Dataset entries
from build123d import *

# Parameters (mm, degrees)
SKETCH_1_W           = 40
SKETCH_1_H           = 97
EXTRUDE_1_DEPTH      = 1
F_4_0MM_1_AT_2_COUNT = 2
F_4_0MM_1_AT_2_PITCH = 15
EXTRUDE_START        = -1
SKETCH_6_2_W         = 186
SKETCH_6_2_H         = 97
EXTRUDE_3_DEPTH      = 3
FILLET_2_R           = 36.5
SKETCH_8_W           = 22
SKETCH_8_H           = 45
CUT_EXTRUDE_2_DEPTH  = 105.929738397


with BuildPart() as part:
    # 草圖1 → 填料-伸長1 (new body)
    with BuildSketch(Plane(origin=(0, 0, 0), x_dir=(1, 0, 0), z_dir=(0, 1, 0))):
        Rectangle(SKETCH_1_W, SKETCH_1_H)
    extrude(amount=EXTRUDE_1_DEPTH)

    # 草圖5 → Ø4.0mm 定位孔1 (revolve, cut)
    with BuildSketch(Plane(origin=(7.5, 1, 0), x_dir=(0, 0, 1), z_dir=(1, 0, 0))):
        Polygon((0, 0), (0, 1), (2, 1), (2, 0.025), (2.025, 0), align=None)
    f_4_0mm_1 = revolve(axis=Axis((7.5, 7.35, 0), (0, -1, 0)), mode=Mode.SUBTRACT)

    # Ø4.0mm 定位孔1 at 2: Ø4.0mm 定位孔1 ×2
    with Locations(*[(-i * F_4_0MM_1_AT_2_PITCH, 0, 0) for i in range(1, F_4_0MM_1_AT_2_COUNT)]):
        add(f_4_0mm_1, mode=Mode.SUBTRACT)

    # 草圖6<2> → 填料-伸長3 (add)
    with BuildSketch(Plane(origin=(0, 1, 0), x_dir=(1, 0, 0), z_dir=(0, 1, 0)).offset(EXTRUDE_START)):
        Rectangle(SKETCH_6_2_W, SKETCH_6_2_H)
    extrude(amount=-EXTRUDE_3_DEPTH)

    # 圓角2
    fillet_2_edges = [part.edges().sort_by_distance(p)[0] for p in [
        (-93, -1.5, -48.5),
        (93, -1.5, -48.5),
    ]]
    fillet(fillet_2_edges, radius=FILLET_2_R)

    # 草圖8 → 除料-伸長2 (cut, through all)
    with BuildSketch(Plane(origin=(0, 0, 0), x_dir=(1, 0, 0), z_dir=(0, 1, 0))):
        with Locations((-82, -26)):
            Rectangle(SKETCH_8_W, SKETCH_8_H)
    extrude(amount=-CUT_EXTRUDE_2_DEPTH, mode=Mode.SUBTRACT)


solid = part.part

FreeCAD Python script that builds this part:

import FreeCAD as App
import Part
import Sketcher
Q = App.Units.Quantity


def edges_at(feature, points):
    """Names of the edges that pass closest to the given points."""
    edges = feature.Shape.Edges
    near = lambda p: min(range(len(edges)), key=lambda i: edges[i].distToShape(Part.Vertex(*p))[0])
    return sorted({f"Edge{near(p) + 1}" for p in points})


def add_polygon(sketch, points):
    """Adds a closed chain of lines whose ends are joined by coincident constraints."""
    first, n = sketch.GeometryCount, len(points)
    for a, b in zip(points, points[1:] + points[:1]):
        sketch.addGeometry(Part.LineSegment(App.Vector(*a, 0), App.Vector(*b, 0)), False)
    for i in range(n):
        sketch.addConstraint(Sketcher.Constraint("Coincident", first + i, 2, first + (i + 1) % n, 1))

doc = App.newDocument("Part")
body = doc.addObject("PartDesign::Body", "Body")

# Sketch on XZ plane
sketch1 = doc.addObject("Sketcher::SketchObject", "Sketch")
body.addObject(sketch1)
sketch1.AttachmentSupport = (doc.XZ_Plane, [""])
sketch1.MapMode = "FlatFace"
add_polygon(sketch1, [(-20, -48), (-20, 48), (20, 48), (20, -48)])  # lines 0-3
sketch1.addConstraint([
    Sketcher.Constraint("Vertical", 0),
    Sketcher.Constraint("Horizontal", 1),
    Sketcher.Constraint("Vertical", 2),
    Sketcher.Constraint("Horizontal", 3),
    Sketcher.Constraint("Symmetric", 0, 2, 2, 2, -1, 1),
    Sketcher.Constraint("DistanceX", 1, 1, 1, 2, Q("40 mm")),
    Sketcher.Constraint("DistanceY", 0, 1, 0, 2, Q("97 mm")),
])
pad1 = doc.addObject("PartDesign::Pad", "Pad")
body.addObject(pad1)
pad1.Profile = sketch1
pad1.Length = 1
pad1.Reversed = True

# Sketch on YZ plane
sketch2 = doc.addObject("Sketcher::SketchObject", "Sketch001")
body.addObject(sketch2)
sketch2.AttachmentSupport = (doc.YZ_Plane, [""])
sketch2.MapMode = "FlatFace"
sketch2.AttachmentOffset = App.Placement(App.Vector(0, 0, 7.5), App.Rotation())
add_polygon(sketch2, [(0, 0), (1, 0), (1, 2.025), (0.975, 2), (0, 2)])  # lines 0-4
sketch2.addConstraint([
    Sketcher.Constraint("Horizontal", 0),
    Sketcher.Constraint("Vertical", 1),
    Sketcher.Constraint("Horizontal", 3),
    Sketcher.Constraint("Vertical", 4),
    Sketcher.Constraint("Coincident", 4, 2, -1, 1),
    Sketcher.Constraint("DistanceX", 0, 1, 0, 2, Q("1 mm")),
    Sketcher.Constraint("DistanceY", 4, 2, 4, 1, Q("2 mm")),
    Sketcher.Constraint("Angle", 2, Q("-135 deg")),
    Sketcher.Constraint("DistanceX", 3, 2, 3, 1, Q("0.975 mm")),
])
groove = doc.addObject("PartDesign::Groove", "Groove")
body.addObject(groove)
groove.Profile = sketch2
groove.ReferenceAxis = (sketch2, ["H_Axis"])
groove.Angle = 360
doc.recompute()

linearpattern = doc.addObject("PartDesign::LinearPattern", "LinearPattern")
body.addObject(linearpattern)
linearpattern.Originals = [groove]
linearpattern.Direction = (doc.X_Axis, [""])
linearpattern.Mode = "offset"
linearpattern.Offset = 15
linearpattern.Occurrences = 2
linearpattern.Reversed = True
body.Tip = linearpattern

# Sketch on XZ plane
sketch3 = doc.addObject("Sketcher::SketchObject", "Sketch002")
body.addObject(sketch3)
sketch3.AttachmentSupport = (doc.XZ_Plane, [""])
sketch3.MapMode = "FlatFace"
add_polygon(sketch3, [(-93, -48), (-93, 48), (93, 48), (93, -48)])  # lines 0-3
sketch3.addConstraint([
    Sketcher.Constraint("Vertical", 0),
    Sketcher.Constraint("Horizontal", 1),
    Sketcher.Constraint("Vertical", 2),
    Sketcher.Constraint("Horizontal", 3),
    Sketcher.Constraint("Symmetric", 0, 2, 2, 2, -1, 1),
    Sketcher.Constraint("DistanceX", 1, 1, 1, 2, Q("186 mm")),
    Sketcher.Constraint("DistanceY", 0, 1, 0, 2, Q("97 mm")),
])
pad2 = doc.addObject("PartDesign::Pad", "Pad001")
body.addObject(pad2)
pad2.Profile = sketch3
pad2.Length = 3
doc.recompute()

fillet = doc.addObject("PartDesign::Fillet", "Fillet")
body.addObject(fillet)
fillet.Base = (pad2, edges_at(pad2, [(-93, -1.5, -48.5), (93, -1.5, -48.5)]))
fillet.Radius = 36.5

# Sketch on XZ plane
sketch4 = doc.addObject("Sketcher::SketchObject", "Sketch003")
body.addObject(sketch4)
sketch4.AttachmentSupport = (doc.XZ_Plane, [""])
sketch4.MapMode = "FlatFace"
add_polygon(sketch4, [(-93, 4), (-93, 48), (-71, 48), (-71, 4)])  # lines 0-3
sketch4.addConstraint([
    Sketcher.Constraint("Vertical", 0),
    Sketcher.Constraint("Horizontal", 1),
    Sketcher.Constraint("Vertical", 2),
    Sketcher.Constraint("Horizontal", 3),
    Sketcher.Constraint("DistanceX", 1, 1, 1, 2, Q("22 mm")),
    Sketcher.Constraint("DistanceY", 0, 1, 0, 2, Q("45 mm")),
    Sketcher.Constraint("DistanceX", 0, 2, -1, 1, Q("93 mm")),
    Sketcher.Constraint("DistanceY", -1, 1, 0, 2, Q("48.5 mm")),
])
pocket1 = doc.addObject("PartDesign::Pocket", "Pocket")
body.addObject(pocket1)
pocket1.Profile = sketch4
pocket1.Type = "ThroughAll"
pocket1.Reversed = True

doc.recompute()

==

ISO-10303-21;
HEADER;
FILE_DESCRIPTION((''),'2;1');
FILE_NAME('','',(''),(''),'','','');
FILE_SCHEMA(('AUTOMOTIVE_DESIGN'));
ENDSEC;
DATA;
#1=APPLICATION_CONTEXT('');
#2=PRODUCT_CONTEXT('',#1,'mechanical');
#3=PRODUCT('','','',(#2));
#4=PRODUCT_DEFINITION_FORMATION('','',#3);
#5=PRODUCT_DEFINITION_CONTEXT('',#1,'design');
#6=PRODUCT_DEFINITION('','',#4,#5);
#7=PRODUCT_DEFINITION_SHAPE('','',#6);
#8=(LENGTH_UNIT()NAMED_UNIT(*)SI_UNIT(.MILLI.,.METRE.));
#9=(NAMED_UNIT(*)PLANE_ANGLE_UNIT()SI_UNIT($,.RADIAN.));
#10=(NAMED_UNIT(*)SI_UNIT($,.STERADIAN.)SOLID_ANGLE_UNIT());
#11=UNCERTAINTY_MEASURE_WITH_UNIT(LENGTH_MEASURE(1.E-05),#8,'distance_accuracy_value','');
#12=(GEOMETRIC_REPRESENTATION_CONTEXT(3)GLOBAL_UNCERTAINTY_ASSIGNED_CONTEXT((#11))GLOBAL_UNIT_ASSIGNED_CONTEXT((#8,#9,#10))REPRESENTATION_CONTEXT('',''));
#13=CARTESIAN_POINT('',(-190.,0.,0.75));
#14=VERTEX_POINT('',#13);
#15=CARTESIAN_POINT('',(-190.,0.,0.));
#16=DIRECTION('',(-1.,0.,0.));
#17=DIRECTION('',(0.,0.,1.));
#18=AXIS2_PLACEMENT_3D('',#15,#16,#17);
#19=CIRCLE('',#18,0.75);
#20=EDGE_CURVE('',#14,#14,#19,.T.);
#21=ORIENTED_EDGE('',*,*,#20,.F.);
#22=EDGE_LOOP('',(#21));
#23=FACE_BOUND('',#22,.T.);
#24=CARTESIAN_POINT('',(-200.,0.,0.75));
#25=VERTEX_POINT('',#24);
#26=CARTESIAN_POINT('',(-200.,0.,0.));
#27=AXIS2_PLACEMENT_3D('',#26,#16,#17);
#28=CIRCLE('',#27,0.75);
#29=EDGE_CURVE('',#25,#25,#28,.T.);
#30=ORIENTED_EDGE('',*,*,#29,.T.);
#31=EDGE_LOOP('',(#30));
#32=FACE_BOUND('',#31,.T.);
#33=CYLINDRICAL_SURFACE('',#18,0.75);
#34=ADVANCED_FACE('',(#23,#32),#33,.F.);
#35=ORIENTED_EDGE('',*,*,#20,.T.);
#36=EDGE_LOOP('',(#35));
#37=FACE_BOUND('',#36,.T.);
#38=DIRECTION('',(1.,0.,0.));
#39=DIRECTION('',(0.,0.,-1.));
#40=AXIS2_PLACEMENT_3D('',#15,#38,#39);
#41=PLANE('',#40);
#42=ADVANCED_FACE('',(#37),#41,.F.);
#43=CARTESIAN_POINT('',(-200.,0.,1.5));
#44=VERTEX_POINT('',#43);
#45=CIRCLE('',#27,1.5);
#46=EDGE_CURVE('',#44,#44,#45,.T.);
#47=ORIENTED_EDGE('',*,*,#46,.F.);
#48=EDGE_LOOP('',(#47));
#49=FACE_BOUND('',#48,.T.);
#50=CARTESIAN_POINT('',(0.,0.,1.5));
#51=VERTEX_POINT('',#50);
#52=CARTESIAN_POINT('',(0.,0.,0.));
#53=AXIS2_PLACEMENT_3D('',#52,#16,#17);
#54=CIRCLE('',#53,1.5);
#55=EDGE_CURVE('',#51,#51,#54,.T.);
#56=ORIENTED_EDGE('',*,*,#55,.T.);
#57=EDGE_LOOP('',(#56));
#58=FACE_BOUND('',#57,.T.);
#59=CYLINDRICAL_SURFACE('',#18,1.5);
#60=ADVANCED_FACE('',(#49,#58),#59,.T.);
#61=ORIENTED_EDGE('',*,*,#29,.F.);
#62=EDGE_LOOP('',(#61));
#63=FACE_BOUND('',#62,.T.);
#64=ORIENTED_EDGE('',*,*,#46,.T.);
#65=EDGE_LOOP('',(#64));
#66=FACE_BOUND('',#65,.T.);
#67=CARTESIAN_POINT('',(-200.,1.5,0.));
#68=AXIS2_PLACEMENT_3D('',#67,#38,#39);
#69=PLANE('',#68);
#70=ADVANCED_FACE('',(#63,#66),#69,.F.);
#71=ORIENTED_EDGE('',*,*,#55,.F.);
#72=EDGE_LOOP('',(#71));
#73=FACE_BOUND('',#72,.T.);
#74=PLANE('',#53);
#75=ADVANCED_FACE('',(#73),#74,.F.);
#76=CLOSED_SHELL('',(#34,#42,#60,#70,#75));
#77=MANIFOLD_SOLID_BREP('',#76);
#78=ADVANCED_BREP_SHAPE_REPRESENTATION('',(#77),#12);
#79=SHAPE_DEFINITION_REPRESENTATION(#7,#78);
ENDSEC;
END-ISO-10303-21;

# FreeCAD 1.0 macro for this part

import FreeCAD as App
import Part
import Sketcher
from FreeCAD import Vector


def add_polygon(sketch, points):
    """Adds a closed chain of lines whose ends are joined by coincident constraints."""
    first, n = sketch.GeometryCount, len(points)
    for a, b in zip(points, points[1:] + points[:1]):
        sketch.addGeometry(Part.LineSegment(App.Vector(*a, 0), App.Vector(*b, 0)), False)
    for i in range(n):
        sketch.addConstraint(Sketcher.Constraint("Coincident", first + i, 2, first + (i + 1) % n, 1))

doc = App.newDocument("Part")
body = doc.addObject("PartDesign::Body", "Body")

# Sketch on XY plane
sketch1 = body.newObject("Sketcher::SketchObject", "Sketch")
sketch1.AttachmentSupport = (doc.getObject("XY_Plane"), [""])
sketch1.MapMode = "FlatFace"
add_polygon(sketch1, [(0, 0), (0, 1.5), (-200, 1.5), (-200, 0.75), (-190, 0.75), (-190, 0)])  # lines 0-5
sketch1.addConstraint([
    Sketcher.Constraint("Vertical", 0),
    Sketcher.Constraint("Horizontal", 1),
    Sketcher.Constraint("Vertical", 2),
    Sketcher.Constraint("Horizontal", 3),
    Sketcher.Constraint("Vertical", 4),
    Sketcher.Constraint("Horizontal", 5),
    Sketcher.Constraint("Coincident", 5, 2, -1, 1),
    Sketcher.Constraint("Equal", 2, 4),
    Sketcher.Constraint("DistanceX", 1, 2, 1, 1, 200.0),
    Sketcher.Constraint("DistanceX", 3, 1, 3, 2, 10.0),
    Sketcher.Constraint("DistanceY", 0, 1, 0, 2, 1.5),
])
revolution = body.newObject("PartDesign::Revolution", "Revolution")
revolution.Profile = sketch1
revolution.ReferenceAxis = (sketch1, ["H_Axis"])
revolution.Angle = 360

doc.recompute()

* * *

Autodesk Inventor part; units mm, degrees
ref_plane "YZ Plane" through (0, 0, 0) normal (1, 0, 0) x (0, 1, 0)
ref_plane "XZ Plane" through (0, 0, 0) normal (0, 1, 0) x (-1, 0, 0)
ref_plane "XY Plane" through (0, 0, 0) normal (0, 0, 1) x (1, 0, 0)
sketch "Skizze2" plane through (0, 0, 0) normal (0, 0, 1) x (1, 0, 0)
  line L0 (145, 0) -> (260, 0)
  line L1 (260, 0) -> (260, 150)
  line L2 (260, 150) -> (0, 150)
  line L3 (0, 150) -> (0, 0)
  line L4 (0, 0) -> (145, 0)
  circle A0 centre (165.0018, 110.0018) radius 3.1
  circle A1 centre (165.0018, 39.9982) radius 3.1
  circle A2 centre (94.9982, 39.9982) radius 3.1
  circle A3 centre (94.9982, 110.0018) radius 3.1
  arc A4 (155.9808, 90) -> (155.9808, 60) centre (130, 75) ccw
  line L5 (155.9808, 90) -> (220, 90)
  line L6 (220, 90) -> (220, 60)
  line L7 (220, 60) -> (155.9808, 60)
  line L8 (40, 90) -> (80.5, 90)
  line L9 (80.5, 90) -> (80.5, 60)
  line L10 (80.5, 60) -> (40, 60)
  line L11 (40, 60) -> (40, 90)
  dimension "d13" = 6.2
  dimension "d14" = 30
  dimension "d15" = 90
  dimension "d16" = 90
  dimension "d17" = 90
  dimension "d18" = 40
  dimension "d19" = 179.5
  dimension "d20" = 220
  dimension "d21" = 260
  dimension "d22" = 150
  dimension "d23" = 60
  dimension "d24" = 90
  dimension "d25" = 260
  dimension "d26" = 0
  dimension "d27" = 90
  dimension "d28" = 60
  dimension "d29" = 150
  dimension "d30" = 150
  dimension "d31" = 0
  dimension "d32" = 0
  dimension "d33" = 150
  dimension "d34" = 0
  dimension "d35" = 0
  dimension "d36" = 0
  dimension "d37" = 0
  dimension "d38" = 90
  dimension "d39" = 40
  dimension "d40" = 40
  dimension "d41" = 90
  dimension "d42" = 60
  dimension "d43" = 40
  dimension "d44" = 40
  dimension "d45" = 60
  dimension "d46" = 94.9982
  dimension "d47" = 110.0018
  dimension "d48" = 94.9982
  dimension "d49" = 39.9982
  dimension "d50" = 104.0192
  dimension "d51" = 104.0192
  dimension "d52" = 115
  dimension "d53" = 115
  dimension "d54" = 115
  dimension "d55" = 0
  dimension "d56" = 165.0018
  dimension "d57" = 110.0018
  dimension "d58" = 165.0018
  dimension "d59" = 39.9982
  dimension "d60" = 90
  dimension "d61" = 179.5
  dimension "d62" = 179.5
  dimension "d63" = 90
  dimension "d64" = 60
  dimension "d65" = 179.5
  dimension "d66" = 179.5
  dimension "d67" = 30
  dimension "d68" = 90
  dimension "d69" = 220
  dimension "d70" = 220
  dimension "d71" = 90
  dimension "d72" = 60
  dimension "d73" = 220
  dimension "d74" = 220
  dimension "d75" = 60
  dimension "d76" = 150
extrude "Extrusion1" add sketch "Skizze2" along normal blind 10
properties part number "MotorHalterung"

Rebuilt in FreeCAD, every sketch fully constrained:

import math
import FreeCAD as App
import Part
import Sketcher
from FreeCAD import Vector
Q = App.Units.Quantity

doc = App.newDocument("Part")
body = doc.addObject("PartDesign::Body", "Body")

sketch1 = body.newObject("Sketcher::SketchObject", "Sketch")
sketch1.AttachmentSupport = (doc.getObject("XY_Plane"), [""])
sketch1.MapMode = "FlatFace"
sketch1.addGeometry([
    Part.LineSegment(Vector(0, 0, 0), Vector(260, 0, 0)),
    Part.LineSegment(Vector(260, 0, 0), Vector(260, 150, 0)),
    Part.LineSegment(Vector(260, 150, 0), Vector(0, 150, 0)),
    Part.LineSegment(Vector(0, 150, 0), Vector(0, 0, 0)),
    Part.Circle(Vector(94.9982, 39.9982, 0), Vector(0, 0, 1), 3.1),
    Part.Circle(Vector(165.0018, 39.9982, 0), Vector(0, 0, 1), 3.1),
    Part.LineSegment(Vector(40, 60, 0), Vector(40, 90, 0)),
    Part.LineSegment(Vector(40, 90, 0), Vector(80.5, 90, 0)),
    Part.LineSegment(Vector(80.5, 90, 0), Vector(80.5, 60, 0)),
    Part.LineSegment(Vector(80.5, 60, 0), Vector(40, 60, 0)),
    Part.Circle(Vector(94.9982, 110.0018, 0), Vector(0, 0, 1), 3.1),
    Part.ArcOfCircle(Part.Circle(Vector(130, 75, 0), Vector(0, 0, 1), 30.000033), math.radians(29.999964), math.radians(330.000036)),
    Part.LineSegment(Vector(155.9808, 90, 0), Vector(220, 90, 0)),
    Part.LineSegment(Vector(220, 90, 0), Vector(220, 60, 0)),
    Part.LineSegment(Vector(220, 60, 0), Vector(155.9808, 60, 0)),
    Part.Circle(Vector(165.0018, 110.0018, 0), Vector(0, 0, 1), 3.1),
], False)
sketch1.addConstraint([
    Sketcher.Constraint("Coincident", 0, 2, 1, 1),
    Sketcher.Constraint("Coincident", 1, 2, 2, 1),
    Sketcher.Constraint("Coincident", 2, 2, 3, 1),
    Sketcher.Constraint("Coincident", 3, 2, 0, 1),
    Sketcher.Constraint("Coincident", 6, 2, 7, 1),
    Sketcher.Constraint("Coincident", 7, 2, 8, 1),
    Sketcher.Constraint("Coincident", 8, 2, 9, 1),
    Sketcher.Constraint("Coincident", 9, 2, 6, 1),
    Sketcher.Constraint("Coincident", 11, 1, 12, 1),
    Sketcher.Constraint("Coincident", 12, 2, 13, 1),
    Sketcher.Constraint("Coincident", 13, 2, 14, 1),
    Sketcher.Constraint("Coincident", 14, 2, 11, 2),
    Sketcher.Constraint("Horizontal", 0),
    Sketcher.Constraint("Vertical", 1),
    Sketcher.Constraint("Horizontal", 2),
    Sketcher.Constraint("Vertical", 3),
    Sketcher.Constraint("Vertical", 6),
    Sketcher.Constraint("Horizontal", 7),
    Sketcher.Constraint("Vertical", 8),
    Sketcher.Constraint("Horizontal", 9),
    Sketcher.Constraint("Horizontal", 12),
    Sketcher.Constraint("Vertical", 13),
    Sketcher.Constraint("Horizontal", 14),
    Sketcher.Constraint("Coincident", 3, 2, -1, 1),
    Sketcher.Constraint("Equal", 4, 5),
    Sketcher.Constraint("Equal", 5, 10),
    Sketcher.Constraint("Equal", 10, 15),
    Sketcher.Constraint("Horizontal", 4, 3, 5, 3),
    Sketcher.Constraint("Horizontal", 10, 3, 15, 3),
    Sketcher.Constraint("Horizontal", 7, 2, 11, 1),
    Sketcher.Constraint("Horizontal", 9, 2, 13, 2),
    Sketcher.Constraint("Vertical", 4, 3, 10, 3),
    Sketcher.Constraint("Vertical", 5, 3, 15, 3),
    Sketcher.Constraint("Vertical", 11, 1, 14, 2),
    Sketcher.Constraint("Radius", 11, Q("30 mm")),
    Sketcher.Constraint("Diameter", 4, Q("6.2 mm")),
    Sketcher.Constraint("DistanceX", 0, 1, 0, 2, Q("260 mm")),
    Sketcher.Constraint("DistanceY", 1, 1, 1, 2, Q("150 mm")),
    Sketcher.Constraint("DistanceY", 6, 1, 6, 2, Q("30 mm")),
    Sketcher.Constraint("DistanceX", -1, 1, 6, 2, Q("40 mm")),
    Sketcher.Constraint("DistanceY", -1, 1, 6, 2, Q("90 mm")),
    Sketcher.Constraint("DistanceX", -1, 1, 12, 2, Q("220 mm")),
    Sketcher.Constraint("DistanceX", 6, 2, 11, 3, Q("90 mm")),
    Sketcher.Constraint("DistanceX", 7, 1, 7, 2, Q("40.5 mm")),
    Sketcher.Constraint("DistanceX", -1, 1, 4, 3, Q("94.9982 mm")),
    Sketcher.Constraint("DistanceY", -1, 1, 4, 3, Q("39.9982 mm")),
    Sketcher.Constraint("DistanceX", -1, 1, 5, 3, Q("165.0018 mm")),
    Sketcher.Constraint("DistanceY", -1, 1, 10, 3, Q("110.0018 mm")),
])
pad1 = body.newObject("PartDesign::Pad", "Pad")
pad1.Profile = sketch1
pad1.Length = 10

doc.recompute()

§ **Problem requirements**
Look above for the line that contains "#42=ADVANCED_FACE('',(#37),#41,.F.);". Starting there, transcribe every line exactly until you have copied the line that contains "#58=FACE_BOUND('',#57,.T.);".

§ **Solution**
#42=ADVANCED_FACE('',(#37),#41,.F.);
#43=CARTESIAN_POINT('',(-200.,0.,1.5));
#44=VERTEX_POINT('',#43);
#45=CIRCLE('',#27,1.5);
#46=EDGE_CURVE('',#44,#44,#45,.T.);
#47=ORIENTED_EDGE('',*,*,#46,.F.);
#48=EDGE_LOOP('',(#47));
#49=FACE_BOUND('',#48,.T.);
#50=CARTESIAN_POINT('',(0.,0.,1.5));
#51=VERTEX_POINT('',#50);
#52=CARTESIAN_POINT('',(0.,0.,0.));
#53=AXIS2_PLACEMENT_3D('',#52,#16,#17);
#54=CIRCLE('',#53,1.5);
#55=EDGE_CURVE('',#51,#51,#54,.T.);
#56=ORIENTED_EDGE('',*,*,#55,.T.);
#57=EDGE_LOOP('',(#56));
#58=FACE_BOUND('',#57,.T.);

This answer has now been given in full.